Tag Archives: audio analytics

How Does AI-Generated Voice Affect Online Content Creation? Evidence from TikTok

Zhang, Xiaoke, Mi Zhou, Gene Moo Lee (2022) How Does AI-Generated Voice Affect Online Content Creation? Evidence from TikTokWork-in-progress.

Video is one of the fastest-growing online services offered to consumers. A growing number of people today are participating in video creation and consumption in the digital economy. We study whether and how AI-generated voice affects users’ routine efforts and creative efforts in online video creation. Using a unique dataset of 2,617 creators and 273,244 videos collected from TikTok over a 25-week period, we first exploit deep learning models to detect the adoption of AI-generated voice from massive video data. Then we estimate its treatment effect on creators and viewers using a difference-in-differences model coupled with propensity score matching. We find that AI-generated voice increases creators’ routine effort and creative effort in the short term. While it has a long-lasting effect on improving the efficiency of video creation, AI-generated voice cannot consistently motivate creators to include more information in videos, and might even be detrimental to their creative effort in the long term. Our study provides the first empirical evidence on how AI tools reshape video content creation patterns on online platforms, which carries important managerial implications for individual creators, platforms, and policymakers in the digital economy.

When Does Congruence Matter for Pre-roll Video Ads?
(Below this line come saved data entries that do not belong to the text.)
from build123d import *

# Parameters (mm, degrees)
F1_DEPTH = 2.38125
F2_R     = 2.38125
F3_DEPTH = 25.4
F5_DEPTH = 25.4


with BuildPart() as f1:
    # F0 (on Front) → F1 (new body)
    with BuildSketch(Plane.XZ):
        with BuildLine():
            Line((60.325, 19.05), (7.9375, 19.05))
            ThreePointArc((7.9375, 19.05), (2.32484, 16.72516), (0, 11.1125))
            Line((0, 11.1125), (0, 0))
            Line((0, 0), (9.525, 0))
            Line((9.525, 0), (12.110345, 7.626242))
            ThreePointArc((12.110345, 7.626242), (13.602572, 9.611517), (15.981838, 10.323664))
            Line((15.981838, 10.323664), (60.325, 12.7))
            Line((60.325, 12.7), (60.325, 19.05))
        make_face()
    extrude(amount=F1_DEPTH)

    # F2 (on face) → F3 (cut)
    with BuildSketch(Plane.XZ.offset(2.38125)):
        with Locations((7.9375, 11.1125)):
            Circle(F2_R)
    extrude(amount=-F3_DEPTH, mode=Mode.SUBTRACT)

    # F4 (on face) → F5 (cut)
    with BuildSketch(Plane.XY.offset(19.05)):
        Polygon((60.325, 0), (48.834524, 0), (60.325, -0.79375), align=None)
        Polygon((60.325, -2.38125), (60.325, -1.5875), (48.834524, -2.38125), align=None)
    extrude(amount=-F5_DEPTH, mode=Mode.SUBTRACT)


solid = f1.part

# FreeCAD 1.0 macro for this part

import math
import FreeCAD as App
import Part
import Sketcher

V = App.Vector
Q = App.Units.Quantity


def add_polygon(sketch, points):
    """Adds a closed chain of lines whose ends are joined by coincident constraints."""
    first, n = sketch.GeometryCount, len(points)
    for a, b in zip(points, points[1:] + points[:1]):
        sketch.addGeometry(Part.LineSegment(App.Vector(*a, 0), App.Vector(*b, 0)), False)
    for i in range(n):
        sketch.addConstraint(Sketcher.Constraint("Coincident", first + i, 2, first + (i + 1) % n, 1))

doc = App.newDocument("Part")
params = doc.addObject("Spreadsheet::Sheet", "Params")
for row, (alias, value) in enumerate([
    ("sketch1_radius", "0.3125 in"),
    ("sketch1_height", "0.25 in"),
    ("sketch1_width", "2.0625 in"),
    ("pad1_length", "0.09375 in"),
    ("sketch2_diameter", "0.1875 in"),
    ("pocket1_length", "1 in"),
    ("sketch3_height", "0.03125 in"),
    ("pocket2_length", "1 in"),
], start=1):
    params.set(f"A{row}", alias)
    params.set(f"B{row}", "=" + value)
    params.setAlias(f"B{row}", alias)

body = doc.addObject("PartDesign::Body", "Body")

sketch1 = doc.addObject("Sketcher::SketchObject", "Sketch")
body.addObject(sketch1)
sketch1.AttachmentSupport = (doc.XZ_Plane, [""])
sketch1.MapMode = "FlatFace"
sketch1.addGeometry([
    Part.LineSegment(V(60.3, 19.1, 0), V(7.9, 19.1, 0)),
    Part.ArcOfCircle(Part.Circle(V(7.9, 11.1, 0), V(0, 0, 1), 7.9), math.radians(90), math.radians(180)),
    Part.LineSegment(V(0, 11.1, 0), V(0, 0, 0)),
    Part.LineSegment(V(0, 0, 0), V(9.5, 0, 0)),
    Part.LineSegment(V(9.5, 0, 0), V(12.1, 7.6, 0)),
    Part.ArcOfCircle(Part.Circle(V(15.9, 6.4, 0), V(0, 0, 1), 4), math.radians(88), math.radians(161)),
    Part.LineSegment(V(16, 10.3, 0), V(60.3, 12.7, 0)),
    Part.LineSegment(V(60.3, 12.7, 0), V(60.3, 19.1, 0)),
], False)
sketch1.addConstraint([
    Sketcher.Constraint("Tangent", 0, 2, 1, 1),
    Sketcher.Constraint("Tangent", 1, 2, 2, 1),
    Sketcher.Constraint("Coincident", 2, 2, 3, 1),
    Sketcher.Constraint("Coincident", 3, 2, 4, 1),
    Sketcher.Constraint("Tangent", 4, 2, 5, 2),
    Sketcher.Constraint("Coincident", 5, 1, 6, 1),
    Sketcher.Constraint("Coincident", 6, 2, 7, 1),
    Sketcher.Constraint("Coincident", 7, 2, 0, 1),
    Sketcher.Constraint("Horizontal", 0),
    Sketcher.Constraint("Vertical", 2),
    Sketcher.Constraint("Horizontal", 3),
    Sketcher.Constraint("Vertical", 7),
    Sketcher.Constraint("Coincident", 2, 2, -1, 1),
    Sketcher.Constraint("Radius", 1, Q("0.3125 in")),
    Sketcher.Constraint("DistanceX", 3, 2, 6, 2, Q("2 in")),
    Sketcher.Constraint("DistanceY", 7, 1, 7, 2, Q("0.25 in")),
    Sketcher.Constraint("DistanceY", -1, 1, 6, 2, Q("0.5 in")),
    Sketcher.Constraint("Radius", 5, Q("0.1565 in")),
    Sketcher.Constraint("DistanceY", 5, 3, 0, 2, Q("0.5 in")),
    Sketcher.Constraint("DistanceX", 0, 2, 0, 1, Q("2.0625 in")),
    Sketcher.Constraint("DistanceX", 3, 2, 5, 3, Q("0.25 in")),
    Sketcher.Constraint("Distance", 6, 44.40679),
])
sketch1.setExpression("Constraints[13]", "Params.sketch1_radius")
sketch1.setExpression("Constraints[15]", "Params.sketch1_height")
sketch1.setExpression("Constraints[19]", "Params.sketch1_width")
pad1 = doc.addObject("PartDesign::Pad", "Pad")
body.addObject(pad1)
pad1.Profile = sketch1
pad1.setExpression("Length", "Params.pad1_length")

sketch2 = doc.addObject("Sketcher::SketchObject", "Sketch001")
body.addObject(sketch2)
sketch2.AttachmentSupport = (doc.XZ_Plane, [""])
sketch2.MapMode = "FlatFace"
sketch2.AttachmentOffset = App.Placement(V(0, 0, 0.09375 * 25.4), App.Rotation())
sketch2.addGeometry(Part.Circle(V(7.9, 11.1, 0), V(0, 0, 1), 2.4), False)
sketch2.addConstraint([
    Sketcher.Constraint("Diameter", 0, Q("0.1875 in")),
    Sketcher.Constraint("DistanceX", -1, 1, 0, 3, Q("0.3125 in")),
    Sketcher.Constraint("DistanceY", -1, 1, 0, 3, Q("0.4375 in")),
])
sketch2.setExpression("Constraints[0]", "Params.sketch2_diameter")
pocket1 = doc.addObject("PartDesign::Pocket", "Pocket")
body.addObject(pocket1)
pocket1.Profile = sketch2
pocket1.setExpression("Length", "Params.pocket1_length")

sketch3 = doc.addObject("Sketcher::SketchObject", "Sketch002")
body.addObject(sketch3)
sketch3.AttachmentSupport = (doc.XY_Plane, [""])
sketch3.MapMode = "FlatFace"
sketch3.AttachmentOffset = App.Placement(V(0, 0, 0.75 * 25.4), App.Rotation())
add_polygon(sketch3, [(60.3, 0), (48.8, 0), (60.3, -0.8)])
add_polygon(sketch3, [(60.3, -2.4), (60.3, -1.6), (48.8, -2.4)])
sketch3.addConstraint([
    Sketcher.Constraint("Horizontal", 0),
    Sketcher.Constraint("Vertical", 2),
    Sketcher.Constraint("Vertical", 3),
    Sketcher.Constraint("Horizontal", 5),
    Sketcher.Constraint("PointOnObject", 0, 2, -1),
    Sketcher.Constraint("Vertical", 2, 2, 3, 2),
    Sketcher.Constraint("Vertical", 0, 2, 4, 2),
    Sketcher.Constraint("Equal", 2, 3),
    Sketcher.Constraint("DistanceY", 2, 1, 2, 2, Q("0.03125 in")),
    Sketcher.Constraint("DistanceX", -1, 1, 1, 2, Q("2.375 in")),
    Sketcher.Constraint("DistanceY", 3, 2, -1, 1, Q("0.0625 in")),
    Sketcher.Constraint("Distance", 1, 11.517859),
])
sketch3.setExpression("Constraints[14]", "Params.sketch3_height")
pocket2 = doc.addObject("PartDesign::Pocket", "Pocket001")
body.addObject(pocket2)
pocket2.Profile = sketch3
pocket2.setExpression("Length", "Params.pocket2_length")

doc.recompute()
The Effect of Multimodal, Ad-Content Congruence on the Ad Completion

Park, Sungho, Gene Moo Lee, Donghyuk Shin, Sang-Pil Han. “When Does Congruence Matter for Pre-roll Video Ads? The Effect of Multimodal, Ad-Content Congruence on the Ad Completion, Under Review [Submitted: June 27, 2022]

  • Previous title: Targeting Pre-Roll Ads using Video Analytics
  • Funded by Sauder Exploratory Research Grant 2020
  • Presented at Southern Methodist University (2020), University of Washington (2020), INFORMS (2020), AIMLBA (2020), WITS (2020), HKUST (2021), Maryland (2021), American University (2021), National University of Singapore (2021)
  • Research assistants: Raymond Situ, Miguel Valarao

Pre-roll video ads are gaining industry traction because the audience may be willing to watch an ad for a few seconds, if not the entire ad, before the desired content video is shown. Conversely, a popular skippable type of pre-roll video ads, which enables viewers to skip an ad in a few seconds, creates opportunity costs for advertisers and online video platforms when the ad is skipped. Against this backdrop, we employ a video analytics framework to extract multimodal features from ad and content videos, including auditory signals and thematic visual information, and probe into the effect of ad-content congruence at each modality using a random matching experiment conducted by a major video advertising platform. The present study challenges the widely held view that ads that match content are more likely to be viewed than those that do not, and investigates the conditions under which congruence may or may not work. Our results indicate that non-thematic auditory signal congruence between the ad and content is essential in explaining viewers’ ad completion, while thematic visual congruence is only effective if the viewer has sufficient attentional and cognitive capacity to recognize such congruence. The findings suggest that thematic videos demand more cognitive processing power than auditory signals for viewers to perceive ad-content congruence, leading to decreased ad viewing. Overall, these findings have significant theoretical and practical implications for understanding whether and when viewers construct congruence in the context of pre-roll video ads and how advertisers might target their pre-roll video ads successfully.